На похоронах Добролюбова Некрасов произнес речь, полную горечи и сожалений: «Бедное детство, в доме бедного священника; бедное, полуголодное ученье; потом четыре года лихорадочного неутомимого труда…» – и все, конец, могила.
Посмертное собрание сочинений Добролюбова Чернышевский посвятил Панаевой. На первой странице написано: «Авдотье Яковлевне Панаевой. Ваша дружба всегда была отрадой для Добролюбова. Вы с заботливостью нежнейшей сестры успокаивали его, больного. Вам он вверял свои последние мысли, умирая. Признательность его друзей к Вам за него должна выразиться посвящением этой книги Вам».
Уход Панаева
В советском литературоведении Иван Иванович всегда оставался в тени Н.А. Некрасова, соиздателя «Современника», который они совместно возродили, сумев привлечь к сотрудничеству в нем лучшие литературные силы.
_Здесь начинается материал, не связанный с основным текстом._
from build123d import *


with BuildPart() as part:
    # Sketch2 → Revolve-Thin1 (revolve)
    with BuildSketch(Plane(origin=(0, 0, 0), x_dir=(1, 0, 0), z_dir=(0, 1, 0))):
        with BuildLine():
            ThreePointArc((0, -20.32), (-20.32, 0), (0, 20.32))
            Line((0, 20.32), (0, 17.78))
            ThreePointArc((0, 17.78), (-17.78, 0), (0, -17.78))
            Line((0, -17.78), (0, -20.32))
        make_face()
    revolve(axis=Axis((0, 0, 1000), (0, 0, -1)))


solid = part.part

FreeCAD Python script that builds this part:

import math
import FreeCAD as App
import Part
import Sketcher

V = App.Vector
Q = App.Units.Quantity

doc = App.newDocument("Part")
body = doc.addObject("PartDesign::Body", "Body")

sketch1 = body.newObject("Sketcher::SketchObject", "Sketch")
sketch1.AttachmentSupport = (doc.getObject("XZ_Plane"), [""])
sketch1.MapMode = "FlatFace"
sketch1.addGeometry([
    Part.ArcOfCircle(Part.Circle(V(0, 0, 0), V(0, 0, 1), 20.32), math.radians(90), math.radians(270)),
    Part.LineSegment(V(0, 20.32, 0), V(0, 17.78, 0)),
    Part.ArcOfCircle(Part.Circle(V(0, 0, 0), V(0, 0, 1), 17.78), math.radians(90), math.radians(270)),
    Part.LineSegment(V(0, -17.78, 0), V(0, -20.32, 0)),
], False)
sketch1.addConstraint([
    Sketcher.Constraint("Coincident", 0, 1, 1, 1),
    Sketcher.Constraint("Coincident", 1, 2, 2, 1),
    Sketcher.Constraint("Coincident", 2, 2, 3, 1),
    Sketcher.Constraint("Coincident", 3, 2, 0, 2),
    Sketcher.Constraint("Vertical", 1),
    Sketcher.Constraint("Vertical", 3),
    Sketcher.Constraint("Coincident", 0, 3, -1, 1),
    Sketcher.Constraint("Coincident", 2, 3, -1, 1),
    Sketcher.Constraint("PointOnObject", 0, 1, -2),
    Sketcher.Constraint("PointOnObject", 2, 2, -2),
    Sketcher.Constraint("Radius", 0, Q("0.8 in")),
    Sketcher.Constraint("Radius", 2, Q("0.7 in")),
])
revolution = body.newObject("PartDesign::Revolution", "Revolution")
revolution.Profile = sketch1
revolution.ReferenceAxis = (sketch1, ["V_Axis"])
revolution.Angle = 360

doc.recompute()
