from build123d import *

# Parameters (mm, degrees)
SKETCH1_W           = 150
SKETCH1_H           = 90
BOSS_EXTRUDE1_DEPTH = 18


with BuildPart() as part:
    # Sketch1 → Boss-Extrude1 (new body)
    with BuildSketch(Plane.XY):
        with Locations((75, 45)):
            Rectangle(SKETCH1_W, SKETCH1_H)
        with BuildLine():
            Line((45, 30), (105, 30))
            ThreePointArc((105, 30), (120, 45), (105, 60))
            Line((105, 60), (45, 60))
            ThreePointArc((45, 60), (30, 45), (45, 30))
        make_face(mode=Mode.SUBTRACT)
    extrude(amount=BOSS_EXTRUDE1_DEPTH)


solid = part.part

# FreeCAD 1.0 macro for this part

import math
import FreeCAD as App
import Part
import Sketcher

V = App.Vector
Q = App.Units.Quantity

doc = App.newDocument("Part")
body = doc.addObject("PartDesign::Body", "Body")

# Sketch on XY plane
sketch1 = body.newObject("Sketcher::SketchObject", "Sketch")
sketch1.AttachmentSupport = (doc.getObject("XY_Plane"), [""])
sketch1.MapMode = "FlatFace"
sketch1.addGeometry(Part.LineSegment(V(0, 90, 0), V(0, 0, 0)), False)
sketch1.addGeometry(Part.LineSegment(V(0, 0, 0), V(150, 0, 0)), False)
sketch1.addGeometry(Part.LineSegment(V(150, 0, 0), V(150, 90, 0)), False)
sketch1.addGeometry(Part.LineSegment(V(150, 90, 0), V(0, 90, 0)), False)
sketch1.addGeometry(Part.LineSegment(V(105, 30, 0), V(45, 30, 0)), False)
sketch1.addGeometry(Part.ArcOfCircle(Part.Circle(V(45, 45, 0), V(0, 0, 1), 15), math.radians(90), math.radians(270)), False)
sketch1.addGeometry(Part.LineSegment(V(45, 60, 0), V(105, 60, 0)), False)
sketch1.addGeometry(Part.ArcOfCircle(Part.Circle(V(105, 45, 0), V(0, 0, 1), 15), math.radians(-90), math.radians(90)), False)
sketch1.addConstraint(Sketcher.Constraint("Coincident", 0, 2, 1, 1))
sketch1.addConstraint(Sketcher.Constraint("Coincident", 1, 2, 2, 1))
sketch1.addConstraint(Sketcher.Constraint("Coincident", 2, 2, 3, 1))
sketch1.addConstraint(Sketcher.Constraint("Coincident", 3, 2, 0, 1))
sketch1.addConstraint(Sketcher.Constraint("Tangent", 4, 2, 5, 2))
sketch1.addConstraint(Sketcher.Constraint("Tangent", 5, 1, 6, 1))
sketch1.addConstraint(Sketcher.Constraint("Tangent", 6, 2, 7, 2))
sketch1.addConstraint(Sketcher.Constraint("Tangent", 7, 1, 4, 1))
sketch1.addConstraint(Sketcher.Constraint("Vertical", 0))
sketch1.addConstraint(Sketcher.Constraint("Horizontal", 1))
sketch1.addConstraint(Sketcher.Constraint("Vertical", 2))
sketch1.addConstraint(Sketcher.Constraint("Horizontal", 3))
sketch1.addConstraint(Sketcher.Constraint("Horizontal", 4))
sketch1.addConstraint(Sketcher.Constraint("Horizontal", 6))
sketch1.addConstraint(Sketcher.Constraint("Coincident", 0, 2, -1, 1))
sketch1.addConstraint(Sketcher.Constraint("Radius", 5, Q("15 mm")))
sketch1.addConstraint(Sketcher.Constraint("DistanceX", 1, 1, 1, 2, Q("150 mm")))
sketch1.addConstraint(Sketcher.Constraint("DistanceX", 4, 2, 4, 1, Q("60 mm")))
sketch1.addConstraint(Sketcher.Constraint("DistanceY", 0, 2, 0, 1, Q("90 mm")))
sketch1.addConstraint(Sketcher.Constraint("DistanceX", -1, 1, 5, 3, Q("45 mm")))
sketch1.addConstraint(Sketcher.Constraint("DistanceY", -1, 1, 5, 3, Q("45 mm")))
pad1 = body.newObject("PartDesign::Pad", "Pad")
pad1.Profile = sketch1
pad1.Length = 18

doc.recompute()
Некрасов, как революционный демократ и великий поэт всегда оказывался на первом месте во всех исследованиях, а литератор Панаев в лучшем случае упоминался вскользь. Тем не менее именно Панаев все свои силы отдавал литературной и журнальной работе, не говоря уж о том, что сначала финансировал всю затею.
Здесь он опубликовал одно из лучших своих произведений – повесть «Родственники» (1847), в которой, предвосхищая роман Тургенева «Рудин», дал тип мятущегося «лишнего человека».
Начав литературную карьеру как сотрудник почтенного «толстого журнала» – «Отечественных записок», он стал известен особенной чертой, часто проявлявшейся как сильная и плодотворная: он умел сжимать обобщение до размеров словца, такого выразительного, что оно заменяло развернутое описание («прекрасный человек», «офицер с золотыми эполетами» и «офицер с серебряными эполетами» и мн. др.). Это был для Панаева первый опыт серьезного сотрудничества в серьезном журнале, сотрудничества не эпизодического, но регулярного и даже в известной степени повлиявшего на общий облик издания.
Панаев был в целом порядочным, добрым, очень открытым человеком. Воспитанный добросердечными, любящими родственниками, он привык видеть в окружающих только хорошее, вступал в общение с новыми знакомыми с открытым сердцем, без расчета, без задних мыслей. По отношению к друзьям Иван Иванович отличался щедростью. В сложных ситуациях ссужал деньгами, кормил обедами, если нужно – делился своей одеждой… Если он и обижал кого-нибудь, то без злого умысла, по легкомыслию, и потом, осознав промах, казнил себя, каялся – и спешил загладить вину.